WHAT YOU ARE ASKED TO DO
The data must be returned in full and exactly as given.

(Dataset entries)
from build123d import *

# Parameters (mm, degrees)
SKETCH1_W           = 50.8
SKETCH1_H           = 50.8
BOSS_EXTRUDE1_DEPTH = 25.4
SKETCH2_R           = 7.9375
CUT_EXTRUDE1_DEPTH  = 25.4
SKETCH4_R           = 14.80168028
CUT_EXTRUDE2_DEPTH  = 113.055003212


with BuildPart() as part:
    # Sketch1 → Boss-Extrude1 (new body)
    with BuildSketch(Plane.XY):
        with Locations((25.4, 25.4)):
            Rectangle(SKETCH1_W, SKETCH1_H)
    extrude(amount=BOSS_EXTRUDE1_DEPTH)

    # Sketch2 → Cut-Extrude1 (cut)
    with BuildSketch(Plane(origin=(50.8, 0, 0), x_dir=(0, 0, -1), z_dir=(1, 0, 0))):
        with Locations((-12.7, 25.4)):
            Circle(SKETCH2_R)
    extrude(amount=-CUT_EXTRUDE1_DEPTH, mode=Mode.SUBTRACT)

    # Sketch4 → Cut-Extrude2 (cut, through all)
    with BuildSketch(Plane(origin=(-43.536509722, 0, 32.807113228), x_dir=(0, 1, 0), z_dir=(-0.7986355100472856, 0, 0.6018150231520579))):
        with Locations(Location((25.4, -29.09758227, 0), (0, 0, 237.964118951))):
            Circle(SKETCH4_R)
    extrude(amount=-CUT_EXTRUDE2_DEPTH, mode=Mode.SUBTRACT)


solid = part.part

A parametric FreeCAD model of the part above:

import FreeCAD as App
import Part
import Sketcher
from FreeCAD import Vector
Q = App.Units.Quantity

doc = App.newDocument("Part")
body = doc.addObject("PartDesign::Body", "Body")

sketch1 = body.newObject("Sketcher::SketchObject", "Sketch")
sketch1.AttachmentSupport = (doc.getObject("XY_Plane"), [""])
sketch1.MapMode = "FlatFace"
sketch1.addGeometry([
    Part.LineSegment(Vector(0, 51, 0), Vector(0, 0, 0)),
    Part.LineSegment(Vector(0, 0, 0), Vector(51, 0, 0)),
    Part.LineSegment(Vector(51, 0, 0), Vector(51, 51, 0)),
    Part.LineSegment(Vector(51, 51, 0), Vector(0, 51, 0)),
], False)
sketch1.addConstraint([
    Sketcher.Constraint("Coincident", 0, 2, 1, 1),
    Sketcher.Constraint("Coincident", 1, 2, 2, 1),
    Sketcher.Constraint("Coincident", 2, 2, 3, 1),
    Sketcher.Constraint("Coincident", 3, 2, 0, 1),
    Sketcher.Constraint("Vertical", 0),
    Sketcher.Constraint("Horizontal", 1),
    Sketcher.Constraint("Vertical", 2),
    Sketcher.Constraint("Horizontal", 3),
    Sketcher.Constraint("Coincident", 0, 2, -1, 1),
    Sketcher.Constraint("Equal", 3, 0),
    Sketcher.Constraint("DistanceX", 1, 1, 1, 2, Q("2 in")),
])
pad1 = body.newObject("PartDesign::Pad", "Pad")
pad1.Profile = sketch1
pad1.Length = Q("1 in")

sketch2 = body.newObject("Sketcher::SketchObject", "Sketch001")
sketch2.AttachmentSupport = (doc.getObject("YZ_Plane"), [""])
sketch2.MapMode = "FlatFace"
sketch2.AttachmentOffset = App.Placement(Vector(0, 0, 2 * 25.4), App.Rotation())
sketch2.addGeometry(Part.Circle(Vector(25, 13, 0), Vector(0, 0, 1), 8), False)
sketch2.addConstraint([
    Sketcher.Constraint("Diameter", 0, Q("0.625 in")),
    Sketcher.Constraint("DistanceX", -1, 1, 0, 3, Q("1 in")),
    Sketcher.Constraint("DistanceY", -1, 1, 0, 3, Q("0.5 in")),
])
pocket1 = body.newObject("PartDesign::Pocket", "Pocket")
pocket1.Profile = sketch2
pocket1.Length = Q("1 in")

sketch3 = body.newObject("Sketcher::SketchObject", "Sketch002")
sketch3.Placement = App.Placement(Vector(-43.53651, 0, 32.807113), App.Rotation(Vector(0, 1, 0), Vector(-0.601815023, 0, -0.79863551), Vector(-0.79863551, 0, 0.601815023), "ZXY"))
sketch3.addGeometry(Part.Circle(Vector(25, -29, 0), Vector(0, 0, 1), 15), False)
sketch3.addConstraint([
    Sketcher.Constraint("DistanceX", -1, 1, 0, 3, Q("1 in")),
    Sketcher.Constraint("Diameter", 0, 29.603361),
    Sketcher.Constraint("DistanceY", 0, 3, -1, 1, 29.097582),
])
pocket2 = body.newObject("PartDesign::Pocket", "Pocket001")
pocket2.Profile = sketch3
pocket2.Type = "ThroughAll"

doc.recompute()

TASK OUTPUT
from build123d import *

# Parameters (mm, degrees)
SKETCH1_W           = 50.8
SKETCH1_H           = 50.8
BOSS_EXTRUDE1_DEPTH = 25.4
SKETCH2_R           = 7.9375
CUT_EXTRUDE1_DEPTH  = 25.4
SKETCH4_R           = 14.80168028
CUT_EXTRUDE2_DEPTH  = 113.055003212


with BuildPart() as part:
    # Sketch1 → Boss-Extrude1 (new body)
    with BuildSketch(Plane.XY):
        with Locations((25.4, 25.4)):
            Rectangle(SKETCH1_W, SKETCH1_H)
    extrude(amount=BOSS_EXTRUDE1_DEPTH)

    # Sketch2 → Cut-Extrude1 (cut)
    with BuildSketch(Plane(origin=(50.8, 0, 0), x_dir=(0, 0, -1), z_dir=(1, 0, 0))):
        with Locations((-12.7, 25.4)):
            Circle(SKETCH2_R)
    extrude(amount=-CUT_EXTRUDE1_DEPTH, mode=Mode.SUBTRACT)

    # Sketch4 → Cut-Extrude2 (cut, through all)
    with BuildSketch(Plane(origin=(-43.536509722, 0, 32.807113228), x_dir=(0, 1, 0), z_dir=(-0.7986355100472856, 0, 0.6018150231520579))):
        with Locations(Location((25.4, -29.09758227, 0), (0, 0, 237.964118951))):
            Circle(SKETCH4_R)
    extrude(amount=-CUT_EXTRUDE2_DEPTH, mode=Mode.SUBTRACT)


solid = part.part

A parametric FreeCAD model of the part above:

import FreeCAD as App
import Part
import Sketcher
from FreeCAD import Vector
Q = App.Units.Quantity

doc = App.newDocument("Part")
body = doc.addObject("PartDesign::Body", "Body")

sketch1 = body.newObject("Sketcher::SketchObject", "Sketch")
sketch1.AttachmentSupport = (doc.getObject("XY_Plane"), [""])
sketch1.MapMode = "FlatFace"
sketch1.addGeometry([
    Part.LineSegment(Vector(0, 51, 0), Vector(0, 0, 0)),
    Part.LineSegment(Vector(0, 0, 0), Vector(51, 0, 0)),
    Part.LineSegment(Vector(51, 0, 0), Vector(51, 51, 0)),
    Part.LineSegment(Vector(51, 51, 0), Vector(0, 51, 0)),
], False)
sketch1.addConstraint([
    Sketcher.Constraint("Coincident", 0, 2, 1, 1),
    Sketcher.Constraint("Coincident", 1, 2, 2, 1),
    Sketcher.Constraint("Coincident", 2, 2, 3, 1),
    Sketcher.Constraint("Coincident", 3, 2, 0, 1),
    Sketcher.Constraint("Vertical", 0),
    Sketcher.Constraint("Horizontal", 1),
    Sketcher.Constraint("Vertical", 2),
    Sketcher.Constraint("Horizontal", 3),
    Sketcher.Constraint("Coincident", 0, 2, -1, 1),
    Sketcher.Constraint("Equal", 3, 0),
    Sketcher.Constraint("DistanceX", 1, 1, 1, 2, Q("2 in")),
])
pad1 = body.newObject("PartDesign::Pad", "Pad")
pad1.Profile = sketch1
pad1.Length = Q("1 in")

sketch2 = body.newObject("Sketcher::SketchObject", "Sketch001")
sketch2.AttachmentSupport = (doc.getObject("YZ_Plane"), [""])
sketch2.MapMode = "FlatFace"
sketch2.AttachmentOffset = App.Placement(Vector(0, 0, 2 * 25.4), App.Rotation())
sketch2.addGeometry(Part.Circle(Vector(25, 13, 0), Vector(0, 0, 1), 8), False)
sketch2.addConstraint([
    Sketcher.Constraint("Diameter", 0, Q("0.625 in")),
    Sketcher.Constraint("DistanceX", -1, 1, 0, 3, Q("1 in")),
    Sketcher.Constraint("DistanceY", -1, 1, 0, 3, Q("0.5 in")),
])
pocket1 = body.newObject("PartDesign::Pocket", "Pocket")
pocket1.Profile = sketch2
pocket1.Length = Q("1 in")

sketch3 = body.newObject("Sketcher::SketchObject", "Sketch002")
sketch3.Placement = App.Placement(Vector(-43.53651, 0, 32.807113), App.Rotation(Vector(0, 1, 0), Vector(-0.601815023, 0, -0.79863551), Vector(-0.79863551, 0, 0.601815023), "ZXY"))
sketch3.addGeometry(Part.Circle(Vector(25, -29, 0), Vector(0, 0, 1), 15), False)
sketch3.addConstraint([
    Sketcher.Constraint("DistanceX", -1, 1, 0, 3, Q("1 in")),
    Sketcher.Constraint("Diameter", 0, 29.603361),
    Sketcher.Constraint("DistanceY", 0, 3, -1, 1, 29.097582),
])
pocket2 = body.newObject("PartDesign::Pocket", "Pocket001")
pocket2.Profile = sketch3
pocket2.Type = "ThroughAll"

doc.recompute()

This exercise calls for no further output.